IMG_SIZE = (224, 224)
BATCH_SIZE = 32

train_rn_pretrained_ = ImageDataGenerator(
    preprocessing_function=preprocess_input
)

val_rn_pretrained_ = ImageDataGenerator(
    preprocessing_function=preprocess_input
)

test_rn_pretrained_ = ImageDataGenerator(
    preprocessing_function=preprocess_input
)

train_rn_pretrained = train_rn_pretrained_.flow_from_dataframe(
    dataframe=train_df,
    x_col="filepath",
    y_col="label",
    target_size=IMG_SIZE,
    color_mode="rgb",
    batch_size=BATCH_SIZE,
    class_mode="categorical",
    shuffle=True
)

val_rn_pretrained = val_rn_pretrained_.flow_from_dataframe(
    dataframe=val_df,
    x_col="filepath",
    y_col="label",
    target_size=IMG_SIZE,
    color_mode="rgb",
    batch_size=BATCH_SIZE,
    class_mode="categorical",
    shuffle=False
)

test_rn_pretrained = test_rn_pretrained_.flow_from_dataframe(
    dataframe=test_df,
    x_col="filepath",
    y_col="label",
    target_size=IMG_SIZE,
    color_mode="rgb",
    batch_size=BATCH_SIZE,
    class_mode="categorical",
    shuffle=False
)


#### 4.2.2 Create the model

In [None]:
from tensorflow.keras.applications import ResNet50
from tensorflow.keras import layers, models

## pretrained base
base_model = ResNet50(
    weights='imagenet',
    include_top=False,
    input_shape=(224, 224, 3)
)
base_model.trainable = False   # Freeze weights

## attach head
model_rn_pt = models.Sequential([

    layers.RandomFlip("horizontal"), # data augmentation
    layers.RandomRotation(0.1),

    base_model,
    layers.GlobalAveragePooling2D(),
    layers.Dense(5, activation='softmax')
])

#### 4.2.3 Train the model

In [None]:
## Compile model
model_rn_pt.compile(
    optimizer=Adam(1e-3),
    loss='categorical_crossentropy',
    metrics=['accuracy']
)

## Train model
timer_rn_pt = ConvergenceTimer() # keep track of training time

history_rn_pt = model_rn_pt.fit(
    train_rn_pretrained,
    validation_data=val_rn_pretrained,
    epochs=25,
    callbacks=[checkpoint, early_stopping, timer_rn_pt],
    verbose=2
)

#### 4.2.4 Visualizing the loss and accuracy for the validation set

In [None]:
# Loss
plt.plot(history_rn_pt.history['loss'], label='train_loss')
plt.plot(history_rn_pt.history['val_loss'], label='val_loss')
plt.xlabel('Epoch')
plt.ylabel('Loss')
plt.legend()
plt.show()

# Accuracy
plt.plot(history_rn_pt.history['accuracy'], label='train_accuracy')
plt.plot(history_rn_pt.history['val_accuracy'], label='val_accuracy')
plt.xlabel('Epoch')
plt.ylabel('Accuracy')
plt.legend()
plt.show()

### 4.2.5 Test

In [None]:
_, accuracy_rn_pt = model_rn_pt.evaluate(test_rn_pretrained)
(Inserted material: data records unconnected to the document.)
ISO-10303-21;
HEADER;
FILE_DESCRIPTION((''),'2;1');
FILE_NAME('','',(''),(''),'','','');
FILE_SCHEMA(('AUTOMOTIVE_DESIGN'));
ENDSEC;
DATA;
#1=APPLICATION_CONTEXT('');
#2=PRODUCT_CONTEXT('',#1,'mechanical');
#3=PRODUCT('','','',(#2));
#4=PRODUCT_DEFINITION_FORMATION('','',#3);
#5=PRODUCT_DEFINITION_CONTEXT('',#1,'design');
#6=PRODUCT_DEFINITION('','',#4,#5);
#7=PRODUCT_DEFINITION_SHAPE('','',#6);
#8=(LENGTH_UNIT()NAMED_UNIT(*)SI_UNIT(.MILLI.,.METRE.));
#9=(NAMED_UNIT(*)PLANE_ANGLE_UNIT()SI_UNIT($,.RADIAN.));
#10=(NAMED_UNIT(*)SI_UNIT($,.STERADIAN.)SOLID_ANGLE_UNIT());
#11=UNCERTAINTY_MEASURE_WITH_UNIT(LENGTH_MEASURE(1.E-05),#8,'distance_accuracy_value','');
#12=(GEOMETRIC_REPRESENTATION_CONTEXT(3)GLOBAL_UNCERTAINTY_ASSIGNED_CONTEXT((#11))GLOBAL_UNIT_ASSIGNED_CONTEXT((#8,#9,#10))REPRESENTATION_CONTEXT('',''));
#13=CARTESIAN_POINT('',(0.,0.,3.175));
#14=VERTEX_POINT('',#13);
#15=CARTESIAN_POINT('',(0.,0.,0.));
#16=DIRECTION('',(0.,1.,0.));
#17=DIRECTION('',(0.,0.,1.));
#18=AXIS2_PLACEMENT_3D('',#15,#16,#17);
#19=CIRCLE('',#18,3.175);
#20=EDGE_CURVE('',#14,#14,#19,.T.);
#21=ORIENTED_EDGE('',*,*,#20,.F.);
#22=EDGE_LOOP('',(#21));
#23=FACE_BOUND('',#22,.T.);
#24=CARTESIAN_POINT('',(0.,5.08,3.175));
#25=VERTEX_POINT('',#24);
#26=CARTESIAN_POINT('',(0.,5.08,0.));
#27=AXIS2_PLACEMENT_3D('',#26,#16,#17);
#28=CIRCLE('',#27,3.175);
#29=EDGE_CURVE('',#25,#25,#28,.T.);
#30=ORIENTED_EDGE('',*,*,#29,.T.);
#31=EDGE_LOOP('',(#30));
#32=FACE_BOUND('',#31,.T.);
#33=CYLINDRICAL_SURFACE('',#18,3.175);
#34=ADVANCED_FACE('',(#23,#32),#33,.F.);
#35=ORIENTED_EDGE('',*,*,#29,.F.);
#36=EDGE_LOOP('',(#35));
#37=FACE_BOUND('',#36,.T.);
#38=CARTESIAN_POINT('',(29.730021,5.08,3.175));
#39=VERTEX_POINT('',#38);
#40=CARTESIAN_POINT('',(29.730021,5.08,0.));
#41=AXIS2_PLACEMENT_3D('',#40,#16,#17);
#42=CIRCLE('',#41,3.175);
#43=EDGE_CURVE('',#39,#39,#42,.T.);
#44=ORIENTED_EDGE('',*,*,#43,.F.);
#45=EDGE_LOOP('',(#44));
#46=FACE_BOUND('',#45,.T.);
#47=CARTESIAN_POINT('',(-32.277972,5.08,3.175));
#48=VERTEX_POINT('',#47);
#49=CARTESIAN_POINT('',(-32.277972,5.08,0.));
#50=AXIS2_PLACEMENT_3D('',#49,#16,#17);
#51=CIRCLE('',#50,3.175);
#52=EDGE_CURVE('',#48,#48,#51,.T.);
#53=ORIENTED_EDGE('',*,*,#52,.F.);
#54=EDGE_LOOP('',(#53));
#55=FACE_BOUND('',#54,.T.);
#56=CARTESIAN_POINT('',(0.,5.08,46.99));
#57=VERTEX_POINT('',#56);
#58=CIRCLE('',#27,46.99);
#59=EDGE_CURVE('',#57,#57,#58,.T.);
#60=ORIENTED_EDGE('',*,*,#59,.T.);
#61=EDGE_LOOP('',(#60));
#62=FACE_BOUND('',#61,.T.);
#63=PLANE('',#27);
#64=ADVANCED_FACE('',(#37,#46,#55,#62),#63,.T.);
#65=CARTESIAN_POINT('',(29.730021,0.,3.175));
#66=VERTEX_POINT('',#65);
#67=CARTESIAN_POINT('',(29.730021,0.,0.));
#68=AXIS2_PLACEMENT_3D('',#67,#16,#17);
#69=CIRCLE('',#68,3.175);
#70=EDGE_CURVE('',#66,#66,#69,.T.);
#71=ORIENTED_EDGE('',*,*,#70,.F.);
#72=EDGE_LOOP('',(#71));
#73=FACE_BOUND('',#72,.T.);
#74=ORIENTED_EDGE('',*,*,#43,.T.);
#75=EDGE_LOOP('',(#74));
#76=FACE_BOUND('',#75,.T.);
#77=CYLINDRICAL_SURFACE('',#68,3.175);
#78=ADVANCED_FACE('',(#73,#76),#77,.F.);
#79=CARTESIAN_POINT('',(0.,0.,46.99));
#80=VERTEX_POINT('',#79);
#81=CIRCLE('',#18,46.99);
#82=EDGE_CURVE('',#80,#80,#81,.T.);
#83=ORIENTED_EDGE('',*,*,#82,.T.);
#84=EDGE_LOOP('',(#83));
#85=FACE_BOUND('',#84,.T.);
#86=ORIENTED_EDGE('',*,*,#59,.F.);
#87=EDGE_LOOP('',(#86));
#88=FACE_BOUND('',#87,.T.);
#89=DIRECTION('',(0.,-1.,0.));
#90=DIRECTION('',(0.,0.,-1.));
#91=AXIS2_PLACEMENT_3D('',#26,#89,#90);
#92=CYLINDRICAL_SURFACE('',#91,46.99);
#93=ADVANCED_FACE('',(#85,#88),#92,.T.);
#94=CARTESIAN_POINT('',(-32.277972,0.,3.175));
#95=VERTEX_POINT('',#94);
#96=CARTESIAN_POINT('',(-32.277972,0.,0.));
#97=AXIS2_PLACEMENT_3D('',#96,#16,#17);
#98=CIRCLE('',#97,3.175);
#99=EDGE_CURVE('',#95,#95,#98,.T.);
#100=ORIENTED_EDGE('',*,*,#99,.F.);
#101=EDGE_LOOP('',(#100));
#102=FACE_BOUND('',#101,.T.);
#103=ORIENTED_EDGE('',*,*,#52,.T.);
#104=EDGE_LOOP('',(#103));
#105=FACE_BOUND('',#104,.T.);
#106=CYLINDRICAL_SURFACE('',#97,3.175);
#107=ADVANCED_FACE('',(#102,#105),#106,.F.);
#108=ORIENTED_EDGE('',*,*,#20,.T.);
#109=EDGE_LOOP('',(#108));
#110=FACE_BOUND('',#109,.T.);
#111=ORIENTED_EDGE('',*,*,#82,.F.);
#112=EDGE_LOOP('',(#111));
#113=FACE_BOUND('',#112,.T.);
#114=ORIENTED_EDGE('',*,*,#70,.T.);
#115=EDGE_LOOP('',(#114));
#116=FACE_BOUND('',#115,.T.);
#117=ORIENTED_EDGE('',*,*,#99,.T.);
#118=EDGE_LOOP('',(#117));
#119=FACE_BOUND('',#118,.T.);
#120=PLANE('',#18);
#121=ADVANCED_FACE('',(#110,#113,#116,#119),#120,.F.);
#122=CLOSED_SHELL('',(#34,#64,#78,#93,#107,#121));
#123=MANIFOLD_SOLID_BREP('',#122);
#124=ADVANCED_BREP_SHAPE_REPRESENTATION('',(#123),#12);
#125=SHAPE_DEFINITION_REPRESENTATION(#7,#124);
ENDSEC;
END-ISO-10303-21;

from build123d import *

# Parameters (mm, degrees)
SKETCH1_R           = 46.99
BOSS_EXTRUDE1_DEPTH = 5.08
SKETCH2_R           = 3.175
CUT_EXTRUDE1_DEPTH  = 67.647780158


with BuildPart() as part:
    # Sketch1 → Boss-Extrude1 (new body)
    with BuildSketch(Plane(origin=(0, 0, 0), x_dir=(1, 0, 0), z_dir=(0, 1, 0))):
        with Locations(Location((0, 0, 0), (0, 0, 270))):
            Circle(SKETCH1_R)
    extrude(amount=BOSS_EXTRUDE1_DEPTH)

    # Sketch2 → Cut-Extrude1 (cut, through all)
    with BuildSketch(Plane(origin=(0, 5.08, 0), x_dir=(1, 0, 0), z_dir=(0, 1, 0))):
        with Locations(Location((-32.277971852, 0, 0), (0, 0, 270))):
            Circle(SKETCH2_R)
        with Locations(Location((0, 0, 0), (0, 0, 270))):
            Circle(SKETCH2_R)
        with Locations(Location((29.730021339, 0, 0), (0, 0, 270))):
            Circle(SKETCH2_R)
    extrude(amount=-CUT_EXTRUDE1_DEPTH, mode=Mode.SUBTRACT)


solid = part.part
### 4.3 ResNet **with finetuning**

#### 4.3.1 Create the model with fine tuning
Here we unfreeze the last 37 of 177 layers of the ResNet50 so that the weights of these layers can be trained. The first 140 layers stay froozen (untrained).

In [None]:
# Unfreeze the model
base_model.trainable = True

# Freeze the first 140 layers "freeze"
for layer in base_model.layers[:140]:
    layer.trainable = False

## attach head
model_rn_pt_finetuned = models.Sequential([
    base_model,
    layers.GlobalAveragePooling2D(),
    layers.Dense(5, activation='softmax')
])

#### 4.3.2 Train the model

In [None]:
## Compile model
model_rn_pt_finetuned.compile(
    optimizer=Adam(1e-5),    
    loss='categorical_crossentropy',
    metrics=['accuracy']
)

## Train model
timer_rn_pt_finetuned = ConvergenceTimer()

history_rn_pt_finetuned = model_rn_pt_finetuned.fit(
    train_rn_pretrained,
    validation_data=val_rn_pretrained,
    epochs=10,
    callbacks=[checkpoint, early_stopping, timer_rn_pt_finetuned]
)

#### 4.3.3 Visualize the performance after fine tuning for the validation set

In [None]:
import pandas as pd
history_frame = pd.DataFrame(history_rn_pt_finetuned.history)
history_frame.loc[:, ['loss', 'val_loss']].plot()
history_frame.loc[:, ['accuracy', 'val_accuracy']].plot();

#### 4.3.4 Evaluate the model on the test set

In [None]:
_, accuracy_rn_pt_finetuned = model_rn_pt_finetuned.evaluate(test_rn_pretrained)

***

## 5. Pre-trained Vision Transformer

### 5.1 ViT **without finetuning**

#### 5.1.1 Preprocessing data

In [None]:
# 1. Setup Generators with 'channels_first'
# We add data_format='channels_first' to match the Hugging Face ViT requirements
train_datagen = ImageDataGenerator(
    rescale=1./255,
    rotation_range=15,
    horizontal_flip=True,
    zoom_range=0.1,
    data_format='channels_first'
)

test_datagen = ImageDataGenerator(
    rescale=1./255,
    data_format='channels_first'
)


# 2. Flow from DataFrame
train_generator = train_datagen.flow_from_dataframe(
    dataframe=train_df,
    x_col='filepath',
    y_col='label',
    target_size=(224, 224),
    batch_size=32,
    class_mode='categorical',
    shuffle=True
)

val_generator = test_datagen.flow_from_dataframe(
    dataframe=val_df,
    x_col='filepath',
    y_col='label',
    target_size=(224, 224),
    batch_size=32,
    class_mode='categorical',
    shuffle=False
)

test_generator = test_datagen.flow_from_dataframe(
    dataframe=test_df,
    x_col='filepath',
    y_col='label',
    target_size=(224, 224),
    batch_size=32,
    class_mode='categorical',
    shuffle=False,  
    data_format='channels_first'
)

print("Generators recreated with Channels First format.")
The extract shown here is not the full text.